Cerré los ojos. El corazón de Harey latía contra mi corazón. ¿El corazón de Harey? Un simple accesorio, me dije. Pero ya nada me asombraba, ni siquiera mi propia indiferencia. Había traspuesto las fronteras del miedo y la desesperación. Había llegado muy lejos. Nadie, jamás, había llegado tan lejos.

Me apoyé sobre el codo. ¿La aurora, la dulzura del alba? Una tormenta silenciosa abrasaba el horizonte sin nubes. Un relámpago, el primer rayo del sol azul, atravesó la estancia y se quebró en reflejos acerados; hubo un fuego cruzado de chispas, brotadas del espejo, de los picaportes, de los tubos niquelados; la luz se esparcía, se volcaba sobre todas las superficies pulidas y parecía querer conquistar un espacio más vasto, hacer estallar la habitación. Miré a Harey; las pupilas de los ojos grises se le habían contraído.

Harey me preguntó con una voz inexpresiva:

—¿Ya terminó la noche?

— Aquí, la noche nunca dura mucho.

—¿Y nosotros?

—¿Nosotros qué?

—¿Nos quedaremos mucho aquí?

Viniendo de ella, la pregunta no dejaba de tener un lado cómico; pero cuando hablé, en mi voz no había ninguna alegría.

— Bastante, quizá. ¿No tienes ganas de quedarte?

Harey no pestañeó. Me miraba atentamente. ¿Había pestañeado ahora? Yo no estaba seguro. Tiró de la manta y le vi en el brazo la pequeña cicatriz rosada.

—¿Por qué me miras así?





— Porque eres muy hermosa.

Ella me sonrió sin malicia, agradeciendo discretamente el cumplido.

—¿De veras? Se diría que… es como si…

—¿Qué?

— Como si dudases de algo.

—¡Qué ocurrencia!

— Como si desconfiaras de mí, como si yo te hu-biese ocultado alguna cosa…

—¡Absurdo!

— Por el modo como lo niegas, veo que no me equivoco.

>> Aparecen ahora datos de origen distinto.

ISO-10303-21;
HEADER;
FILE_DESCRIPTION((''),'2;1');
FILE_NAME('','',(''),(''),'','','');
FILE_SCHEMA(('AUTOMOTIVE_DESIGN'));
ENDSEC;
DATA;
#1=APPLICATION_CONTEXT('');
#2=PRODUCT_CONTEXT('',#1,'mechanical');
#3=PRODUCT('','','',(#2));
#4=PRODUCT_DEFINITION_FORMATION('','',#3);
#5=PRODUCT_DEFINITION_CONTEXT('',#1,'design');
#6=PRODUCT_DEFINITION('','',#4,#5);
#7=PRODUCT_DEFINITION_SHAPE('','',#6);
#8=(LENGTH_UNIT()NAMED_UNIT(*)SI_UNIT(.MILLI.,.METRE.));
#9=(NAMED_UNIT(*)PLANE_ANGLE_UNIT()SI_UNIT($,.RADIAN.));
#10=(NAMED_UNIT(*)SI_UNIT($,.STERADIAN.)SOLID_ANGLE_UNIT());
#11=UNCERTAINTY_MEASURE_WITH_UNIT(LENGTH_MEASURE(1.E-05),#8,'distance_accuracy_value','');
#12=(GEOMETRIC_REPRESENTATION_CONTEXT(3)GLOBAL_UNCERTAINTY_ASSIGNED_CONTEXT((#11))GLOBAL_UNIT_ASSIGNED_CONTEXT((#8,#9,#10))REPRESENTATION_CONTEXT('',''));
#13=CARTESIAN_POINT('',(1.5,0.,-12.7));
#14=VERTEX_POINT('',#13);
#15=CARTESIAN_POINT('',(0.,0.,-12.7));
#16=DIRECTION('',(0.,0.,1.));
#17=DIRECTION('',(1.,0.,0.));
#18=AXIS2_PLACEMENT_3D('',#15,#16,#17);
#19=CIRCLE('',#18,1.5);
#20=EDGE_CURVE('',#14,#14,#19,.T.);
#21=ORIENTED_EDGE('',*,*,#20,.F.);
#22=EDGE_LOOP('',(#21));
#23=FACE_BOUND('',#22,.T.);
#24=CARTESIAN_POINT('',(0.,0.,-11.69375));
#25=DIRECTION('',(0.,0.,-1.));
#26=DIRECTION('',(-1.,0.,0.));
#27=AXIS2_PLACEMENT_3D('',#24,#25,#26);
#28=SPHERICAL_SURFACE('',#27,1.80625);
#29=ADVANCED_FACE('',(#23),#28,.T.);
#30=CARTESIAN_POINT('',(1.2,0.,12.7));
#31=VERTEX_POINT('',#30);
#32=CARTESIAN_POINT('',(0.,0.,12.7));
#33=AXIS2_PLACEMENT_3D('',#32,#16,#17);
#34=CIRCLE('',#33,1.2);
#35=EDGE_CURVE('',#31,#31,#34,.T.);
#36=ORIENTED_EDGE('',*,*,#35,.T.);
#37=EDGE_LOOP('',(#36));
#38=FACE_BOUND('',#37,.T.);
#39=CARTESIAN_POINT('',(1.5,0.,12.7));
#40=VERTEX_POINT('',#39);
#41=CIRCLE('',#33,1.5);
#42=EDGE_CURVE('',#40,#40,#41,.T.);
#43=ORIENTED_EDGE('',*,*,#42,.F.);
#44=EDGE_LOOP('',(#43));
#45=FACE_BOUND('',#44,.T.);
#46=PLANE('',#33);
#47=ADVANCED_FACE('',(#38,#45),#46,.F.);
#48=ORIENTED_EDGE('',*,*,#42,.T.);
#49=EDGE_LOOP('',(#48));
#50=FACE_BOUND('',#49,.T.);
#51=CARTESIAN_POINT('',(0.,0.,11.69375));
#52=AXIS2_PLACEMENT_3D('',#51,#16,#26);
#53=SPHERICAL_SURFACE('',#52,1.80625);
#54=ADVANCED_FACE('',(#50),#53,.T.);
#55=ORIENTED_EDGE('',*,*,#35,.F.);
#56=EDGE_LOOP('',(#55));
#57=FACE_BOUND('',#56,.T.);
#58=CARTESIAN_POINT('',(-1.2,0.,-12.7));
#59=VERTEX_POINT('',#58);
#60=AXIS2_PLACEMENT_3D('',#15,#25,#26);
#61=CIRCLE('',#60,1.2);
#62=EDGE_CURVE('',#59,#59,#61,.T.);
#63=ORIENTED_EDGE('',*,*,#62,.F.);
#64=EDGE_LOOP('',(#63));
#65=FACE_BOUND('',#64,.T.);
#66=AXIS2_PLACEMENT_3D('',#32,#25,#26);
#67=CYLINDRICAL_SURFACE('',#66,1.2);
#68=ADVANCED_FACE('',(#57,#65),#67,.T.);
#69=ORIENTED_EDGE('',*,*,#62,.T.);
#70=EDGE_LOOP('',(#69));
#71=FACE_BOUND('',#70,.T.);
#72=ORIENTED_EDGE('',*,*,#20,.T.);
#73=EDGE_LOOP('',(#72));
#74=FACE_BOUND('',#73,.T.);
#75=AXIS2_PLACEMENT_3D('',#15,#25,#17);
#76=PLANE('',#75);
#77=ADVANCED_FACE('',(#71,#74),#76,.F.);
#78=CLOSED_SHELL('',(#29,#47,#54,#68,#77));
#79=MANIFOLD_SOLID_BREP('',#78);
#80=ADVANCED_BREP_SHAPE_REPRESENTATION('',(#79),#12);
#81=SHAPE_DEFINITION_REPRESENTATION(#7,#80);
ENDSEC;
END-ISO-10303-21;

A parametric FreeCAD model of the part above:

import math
import FreeCAD as App
import Part
import Sketcher

V = App.Vector

doc = App.newDocument("Part")
body = doc.addObject("PartDesign::Body", "Body")

sketch1 = body.newObject("Sketcher::SketchObject", "Sketch")
sketch1.AttachmentSupport = (doc.getObject("XY_Plane"), [""])
sketch1.MapMode = "FlatFace"
sketch1.addGeometry(Part.Circle(V(0, 0, 0), V(0, 0, 1), 1.2), False)
sketch1.addConstraint([
    Sketcher.Constraint("Coincident", 0, 3, -1, 1),
    Sketcher.Constraint("Diameter", 0, 2.4),
])
pad1 = body.newObject("PartDesign::Pad", "Pad")
pad1.Profile = sketch1
pad1.Length = 25.4
pad1.Midplane = True

sketch2 = body.newObject("Sketcher::SketchObject", "Sketch001")
sketch2.AttachmentSupport = (doc.getObject("XZ_Plane"), [""])
sketch2.MapMode = "FlatFace"
sketch2.addGeometry([
    Part.LineSegment(V(0, 13.5, 0), V(0, 12.7, 0)),
    Part.LineSegment(V(0, 12.7, 0), V(-1.5, 12.7, 0)),
    Part.ArcOfCircle(Part.Circle(V(0, 11.69375, 0), V(0, 0, 1), 1.80625), math.radians(90), math.radians(146.144974)),
], False)
sketch2.addConstraint([
    Sketcher.Constraint("Coincident", 0, 2, 1, 1),
    Sketcher.Constraint("Coincident", 1, 2, 2, 2),
    Sketcher.Constraint("Coincident", 2, 1, 0, 1),
    Sketcher.Constraint("Vertical", 0),
    Sketcher.Constraint("Horizontal", 1),
    Sketcher.Constraint("PointOnObject", 2, 3, -2),
    Sketcher.Constraint("PointOnObject", 0, 2, -2),
    Sketcher.Constraint("DistanceX", 1, 2, 1, 1, 1.5),
    Sketcher.Constraint("DistanceY", 0, 2, 0, 1, 0.8),
    Sketcher.Constraint("DistanceY", -1, 1, 0, 2, 12.7),
])
revolution = body.newObject("PartDesign::Revolution", "Revolution")
revolution.Profile = sketch2
revolution.ReferenceAxis = (sketch2, ["V_Axis"])
revolution.Angle = 360
doc.recompute()

mirrored = body.newObject("PartDesign::Mirrored", "Mirrored")
mirrored.Originals = [revolution]
mirrored.MirrorPlane = (doc.getObject("XY_Plane"), [""])
body.Tip = mirrored

doc.recompute()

La luz era enceguecedora. Protegiéndome los ojos con la mano, busqué mis gafas. Estaban sobre la mesa. Me arrodillé, extendí el brazo y me calé las gafas negras.

Cuando me tendí a su lado, Harey sonrió:

—¿Y yo?

Tardé un momento en comprender.

—¿Gafas?

Me levanté y me puse a buscar; abrí cajones, corrí libros, instrumentos… Encontré dos pares de gafas y se los di a Harey. Le quedaban demasiado grandes, le caían hasta la mitad de la nariz.

Los postigos se deslizaron chirriando por delante de la ventana. De nuevo fue de noche. A tientas, ayudé a Harey a quitarse las gafas y puse los dos pares debajo de la cama.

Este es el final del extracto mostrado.